Oyo State is in South-west Nigeria, the most populous country in sub-Saharan Africa. It has 33 Local Government Areas (LGAs) distributed over its three (3) senatorial districts. The State has 244 Directly Observed Treatment-Short course (DOTS) centres across the 33 LGAs in Oyo State, comprising 200 public and 44 private DOTS centres. All the LGAs have several DOTS centres and are supported by Damien Foundation, Belgium, a leading Non-Governmental Organisation with a focus on effective TB management and control. Overall, there were 1743 patients with TB on treatment in all the DOTS clinics in Oyo State at the time of the study. Sputum smear microscopy was the prevailing primary test for the diagnosis of pulmonary tuberculosis (PTB) in Nigeria. Smears may be prepared directly from clinical specimens or from concentrated preparations using Ziehl-Nielsen staining or Fluorescent Auramine staining technique to observe acid-fast bacilli. A sputum result is positive if at least one tubercle bacillus (acid-fast/fluorescent) is detected on one or more sputum smears. The glycated haemoglobin test is used to both diagnose DM and assess control in DM.

Study design

A cross-sectional facility-based study was conducted among consenting patients with TB aged 15 years and above attending DOTS centres in Oyo State. Participants were systematically selected in each DOTS centre. There was no age cut-off for the study and no participant under the age of 15 years was selected. However, parents/guardians gave consent for participants who were between the ages of 15 and 17 years old. Pregnant patients with TB and extrapulmonary TB cases were excluded from the study.
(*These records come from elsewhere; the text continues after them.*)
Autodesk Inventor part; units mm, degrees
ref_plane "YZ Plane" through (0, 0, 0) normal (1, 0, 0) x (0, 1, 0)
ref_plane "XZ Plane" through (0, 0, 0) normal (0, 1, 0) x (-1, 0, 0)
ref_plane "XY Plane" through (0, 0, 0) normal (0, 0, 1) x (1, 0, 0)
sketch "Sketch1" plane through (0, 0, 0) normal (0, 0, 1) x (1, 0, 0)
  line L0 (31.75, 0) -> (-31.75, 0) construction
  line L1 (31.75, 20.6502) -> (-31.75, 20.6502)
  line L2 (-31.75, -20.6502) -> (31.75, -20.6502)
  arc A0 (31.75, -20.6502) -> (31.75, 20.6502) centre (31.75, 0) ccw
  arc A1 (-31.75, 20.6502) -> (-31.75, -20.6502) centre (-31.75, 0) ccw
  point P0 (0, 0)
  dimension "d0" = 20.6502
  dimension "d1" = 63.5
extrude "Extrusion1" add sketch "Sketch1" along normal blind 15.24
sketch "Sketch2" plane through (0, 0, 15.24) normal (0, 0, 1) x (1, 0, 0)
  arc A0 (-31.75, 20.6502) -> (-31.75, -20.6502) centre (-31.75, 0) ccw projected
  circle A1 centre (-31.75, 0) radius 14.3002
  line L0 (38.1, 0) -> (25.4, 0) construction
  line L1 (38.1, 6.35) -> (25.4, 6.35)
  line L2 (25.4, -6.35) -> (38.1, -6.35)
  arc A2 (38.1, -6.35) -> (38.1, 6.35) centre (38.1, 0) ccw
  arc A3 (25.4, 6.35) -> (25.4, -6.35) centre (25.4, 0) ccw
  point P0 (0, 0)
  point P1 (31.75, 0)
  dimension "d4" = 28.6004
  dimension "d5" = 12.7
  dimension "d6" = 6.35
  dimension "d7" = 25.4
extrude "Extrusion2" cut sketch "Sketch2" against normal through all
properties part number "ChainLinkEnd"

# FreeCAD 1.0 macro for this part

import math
import FreeCAD as App
import Part
import Sketcher

V = App.Vector
Q = App.Units.Quantity

doc = App.newDocument("Part")
body = doc.addObject("PartDesign::Body", "Body")

# Sketch on XY plane
sketch1 = body.newObject("Sketcher::SketchObject", "Sketch")
sketch1.AttachmentSupport = (doc.getObject("XY_Plane"), [""])
sketch1.MapMode = "FlatFace"
sketch1.addGeometry(Part.ArcOfCircle(Part.Circle(V(32, 0, 0), V(0, 0, 1), 21), math.radians(-90), math.radians(90)), False)
sketch1.addGeometry(Part.LineSegment(V(32, 21, 0), V(-32, 21, 0)), False)
sketch1.addGeometry(Part.ArcOfCircle(Part.Circle(V(-32, 0, 0), V(0, 0, 1), 21), math.radians(90), math.radians(270)), False)
sketch1.addGeometry(Part.LineSegment(V(-32, -21, 0), V(32, -21, 0)), False)
sketch1.addConstraint(Sketcher.Constraint("Tangent", 0, 2, 1, 1))
sketch1.addConstraint(Sketcher.Constraint("Tangent", 1, 2, 2, 1))
sketch1.addConstraint(Sketcher.Constraint("Tangent", 2, 2, 3, 1))
sketch1.addConstraint(Sketcher.Constraint("Tangent", 3, 2, 0, 1))
sketch1.addConstraint(Sketcher.Constraint("Horizontal", 1))
sketch1.addConstraint(Sketcher.Constraint("Horizontal", 3))
sketch1.addConstraint(Sketcher.Constraint("Symmetric", 0, 3, 2, 3, -1, 1))
sketch1.addConstraint(Sketcher.Constraint("DistanceX", 1, 2, 1, 1, Q("2.5 in")))
sketch1.addConstraint(Sketcher.Constraint("Radius", 0, Q("0.813 in")))
pad1 = body.newObject("PartDesign::Pad", "Pad")
pad1.Profile = sketch1
pad1.Length = Q("0.6 in")

# Sketch on XY plane
sketch2 = body.newObject("Sketcher::SketchObject", "Sketch001")
sketch2.AttachmentSupport = (doc.getObject("XY_Plane"), [""])
sketch2.MapMode = "FlatFace"
sketch2.AttachmentOffset = App.Placement(V(0, 0, 0.6 * 25.4), App.Rotation())
sketch2.addGeometry(Part.Circle(V(-32, 0, 0), V(0, 0, 1), 14), False)
sketch2.addGeometry(Part.ArcOfCircle(Part.Circle(V(38, 0, 0), V(0, 0, 1), 6), math.radians(-90), math.radians(90)), False)
sketch2.addGeometry(Part.LineSegment(V(38, 6, 0), V(25, 6, 0)), False)
sketch2.addGeometry(Part.ArcOfCircle(Part.Circle(V(25, 0, 0), V(0, 0, 1), 6), math.radians(90), math.radians(270)), False)
sketch2.addGeometry(Part.LineSegment(V(25, -6, 0), V(38, -6, 0)), False)
sketch2.addConstraint(Sketcher.Constraint("Tangent", 1, 2, 2, 1))
sketch2.addConstraint(Sketcher.Constraint("Tangent", 2, 2, 3, 1))
sketch2.addConstraint(Sketcher.Constraint("Tangent", 3, 2, 4, 1))
sketch2.addConstraint(Sketcher.Constraint("Tangent", 4, 2, 1, 1))
sketch2.addConstraint(Sketcher.Constraint("Horizontal", 2))
sketch2.addConstraint(Sketcher.Constraint("Horizontal", 4))
sketch2.addConstraint(Sketcher.Constraint("PointOnObject", 0, 3, -1))
sketch2.addConstraint(Sketcher.Constraint("PointOnObject", 1, 3, -1))
sketch2.addConstraint(Sketcher.Constraint("Radius", 1, Q("0.25 in")))
sketch2.addConstraint(Sketcher.Constraint("Diameter", 0, Q("1.126 in")))
sketch2.addConstraint(Sketcher.Constraint("DistanceX", 2, 2, 2, 1, Q("0.5 in")))
sketch2.addConstraint(Sketcher.Constraint("DistanceX", -1, 1, 3, 3, Q("1 in")))
sketch2.addConstraint(Sketcher.Constraint("DistanceX", 0, 3, -1, 1, Q("1.25 in")))
pocket1 = body.newObject("PartDesign::Pocket", "Pocket")
pocket1.Profile = sketch2
pocket1.Type = "ThroughAll"

doc.recompute()
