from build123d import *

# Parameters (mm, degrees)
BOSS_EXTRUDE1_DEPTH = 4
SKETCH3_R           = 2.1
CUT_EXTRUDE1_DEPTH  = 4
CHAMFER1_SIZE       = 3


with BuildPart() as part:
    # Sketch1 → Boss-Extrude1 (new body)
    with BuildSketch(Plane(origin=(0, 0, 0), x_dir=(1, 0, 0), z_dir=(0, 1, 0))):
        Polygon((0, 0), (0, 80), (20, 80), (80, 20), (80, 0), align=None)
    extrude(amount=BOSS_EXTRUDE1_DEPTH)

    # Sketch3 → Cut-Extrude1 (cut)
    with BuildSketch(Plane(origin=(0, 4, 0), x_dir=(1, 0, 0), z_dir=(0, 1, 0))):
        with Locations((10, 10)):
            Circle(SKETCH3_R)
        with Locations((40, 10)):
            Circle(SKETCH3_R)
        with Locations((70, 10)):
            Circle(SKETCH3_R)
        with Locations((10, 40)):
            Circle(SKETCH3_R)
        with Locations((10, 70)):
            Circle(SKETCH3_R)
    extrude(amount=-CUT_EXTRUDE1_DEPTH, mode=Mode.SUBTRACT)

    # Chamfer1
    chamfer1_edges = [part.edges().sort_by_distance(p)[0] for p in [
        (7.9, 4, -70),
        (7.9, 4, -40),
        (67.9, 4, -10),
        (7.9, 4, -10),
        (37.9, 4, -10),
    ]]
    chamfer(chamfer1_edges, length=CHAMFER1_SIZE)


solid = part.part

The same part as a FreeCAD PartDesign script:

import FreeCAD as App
import Part
import Sketcher
from FreeCAD import Vector
Q = App.Units.Quantity


def edges_at(feature, points):
    """Names of the edges that pass closest to the given points."""
    edges = feature.Shape.Edges
    near = lambda p: min(range(len(edges)), key=lambda i: edges[i].distToShape(Part.Vertex(*p))[0])
    return sorted({f"Edge{near(p) + 1}" for p in points})

doc = App.newDocument("Part")
body = doc.addObject("PartDesign::Body", "Body")

sketch1 = body.newObject("Sketcher::SketchObject", "Sketch")
sketch1.AttachmentSupport = (doc.getObject("XZ_Plane"), [""])
sketch1.MapMode = "FlatFace"
sketch1.addGeometry([
    Part.LineSegment(Vector(0, -80, 0), Vector(0, 0, 0)),
    Part.LineSegment(Vector(0, 0, 0), Vector(80, 0, 0)),
    Part.LineSegment(Vector(80, 0, 0), Vector(80, -20, 0)),
    Part.LineSegment(Vector(80, -20, 0), Vector(20, -80, 0)),
    Part.LineSegment(Vector(20, -80, 0), Vector(0, -80, 0)),
], False)
sketch1.addConstraint([
    Sketcher.Constraint("Coincident", 0, 2, 1, 1),
    Sketcher.Constraint("Coincident", 1, 2, 2, 1),
    Sketcher.Constraint("Coincident", 2, 2, 3, 1),
    Sketcher.Constraint("Coincident", 3, 2, 4, 1),
    Sketcher.Constraint("Coincident", 4, 2, 0, 1),
    Sketcher.Constraint("Vertical", 0),
    Sketcher.Constraint("Horizontal", 1),
    Sketcher.Constraint("Vertical", 2),
    Sketcher.Constraint("Horizontal", 4),
    Sketcher.Constraint("Coincident", 0, 2, -1, 1),
    Sketcher.Constraint("Equal", 1, 0),
    Sketcher.Constraint("Equal", 4, 2),
    Sketcher.Constraint("DistanceX", 1, 1, 1, 2, Q("80 mm")),
    Sketcher.Constraint("DistanceX", 4, 2, 4, 1, Q("20 mm")),
])
pad1 = body.newObject("PartDesign::Pad", "Pad")
pad1.Profile = sketch1
pad1.Length = 4
pad1.Reversed = True

sketch2 = body.newObject("Sketcher::SketchObject", "Sketch001")
sketch2.AttachmentSupport = (doc.getObject("XZ_Plane"), [""])
sketch2.MapMode = "FlatFace"
sketch2.AttachmentOffset = App.Placement(Vector(0, 0, -4), App.Rotation())
sketch2.addGeometry([
    Part.Circle(Vector(10, -10, 0), Vector(0, 0, 1), 2.1),
    Part.Circle(Vector(40, -10, 0), Vector(0, 0, 1), 2.1),
    Part.Circle(Vector(70, -10, 0), Vector(0, 0, 1), 2.1),
    Part.Circle(Vector(10, -40, 0), Vector(0, 0, 1), 2.1),
    Part.Circle(Vector(10, -70, 0), Vector(0, 0, 1), 2.1),
], False)
sketch2.addConstraint([
    Sketcher.Constraint("Equal", 0, 1),
    Sketcher.Constraint("Equal", 1, 2),
    Sketcher.Constraint("Equal", 2, 3),
    Sketcher.Constraint("Equal", 3, 4),
    Sketcher.Constraint("Horizontal", 0, 3, 1, 3),
    Sketcher.Constraint("Horizontal", 1, 3, 2, 3),
    Sketcher.Constraint("Vertical", 0, 3, 3, 3),
    Sketcher.Constraint("Vertical", 3, 3, 4, 3),
    Sketcher.Constraint("Diameter", 0, Q("4.2 mm")),
    Sketcher.Constraint("DistanceX", -1, 1, 0, 3, Q("10 mm")),
    Sketcher.Constraint("DistanceY", 0, 3, -1, 1, Q("10 mm")),
    Sketcher.Constraint("DistanceX", -1, 1, 1, 3, Q("40 mm")),
    Sketcher.Constraint("DistanceX", -1, 1, 2, 3, Q("70 mm")),
    Sketcher.Constraint("DistanceY", 3, 3, -1, 1, Q("40 mm")),
    Sketcher.Constraint("DistanceY", 4, 3, -1, 1, Q("70 mm")),
])
pocket1 = body.newObject("PartDesign::Pocket", "Pocket")
pocket1.Profile = sketch2
pocket1.Length = 4
pocket1.Reversed = True
doc.recompute()

chamfer = body.newObject("PartDesign::Chamfer", "Chamfer")
chamfer.Base = (pocket1, edges_at(pocket1, [
    (7.9, 4, -70),
    (7.9, 4, -40),
    (67.9, 4, -10),
    (7.9, 4, -10),
    (37.9, 4, -10),
]))
chamfer.Size = 3

doc.recompute()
The fasting blood glucose (FBG) level was ascertained for confirmed old and newly diagnosed patients with PTB both at any stage of anti-TB treatment.

Sampling technique

A stratified sampling approach was used to select the study participants in the first stage. The LGAs were proportionally allocated to the three senatorial zones of the State. Eleven of the 33 LGAs in Oyo State, Nigeria were selected for the study, using simple random sampling by balloting in each of the three senatorial zones, namely, Oyo central (4 out of 11 LGAs were selected), Oyo north (3 out of 13 LGAs were selected) and Oyo south (4 out of 9 LGAs were selected) of the State. In the second stage, one DOTS centre was selected using simple random sampling in each of the 11 LGAs selected, and 404 patients were systematically selected, proportional to the size in each of the 11 DOTS centres selected (figure 1).
Figure 1

Sampling strategy flow chart. Oyo central senatorial zone: Akinyele, Egbeda, Ona-ara, Oyo east. Oyo north senatorial zone: Saki west, Kajola, Iseyin. Oyo south senatorial zones: Ibadan Northeast, Ibadan Northwest, Ibadan Southeast, Ibadan Southwest. DOT, Directly Observed Treatment; LGAs, local government areas.

Sampling strategy flow chart. Oyo central senatorial zone: Akinyele, Egbeda, Ona-ara, Oyo east. Oyo north senatorial zone: Saki west, Kajola, Iseyin. Oyo south senatorial zones: Ibadan Northeast, Ibadan Northwest, Ibadan Southeast, Ibadan Southwest. DOT, Directly Observed Treatment; LGAs, local government areas. The minimum sample size of 364 was calculated with the formula for estimating a single population proportion (n = Z2p(1−p)/d2), 12.3% proportion,14 for 0.05 precision and Z of 1.96. The final sample size was 404 patients with TB after correcting for a finite population and accounting for a 10% non-response rate.

Data collection

The study instrument was adapted from an earlier study. Trained data collectors administered the pretested interviewer-administered semistructured questionnaire to the selected patients with TB to collect information on respondents’ sociodemographic characteristics, lifestyle factors, clinical characteristics and socioeconomic status (SES). Data on medical history and duration of their treatment on anti-TB drugs were extracted from patients’ clinical records. Anthropometric measures: height, weight and waist circumference using standard procedures. Body mass index (BMI, kg/m2) was obtained using standard procedures: BMI (kg/m2) was calculated as weight (kg)/height (m2). Blood pressure (BP) was measured in millimetres of mercury (mm Hg) using a digital BP measurement device. All participants were tested for DM, irrespective of prior diabetes status. Screening for DM among the respondents was done by fasting blood sugar (FBS) test, using an electronic glucometer and test strips (ACCU-CHEK Active by Roche), in the morning at the respective DOTS centres, in respondents who have fasted for at least 8 hours overnight. The DM status was assessed in line with the WHO recommendation for the diagnostic criteria for diabetes and intermediate hyperglycaemia9 (110 mg/dL to 125 mg/dL—prediabetic/impaired fasting glucose; (≥126 mg/dL—diabetic/fasting plasma glucose). Patients with TB who were diagnosed with DM were referred to DM clinics situated in Oyo State, Nigeria for prompt and appropriate management.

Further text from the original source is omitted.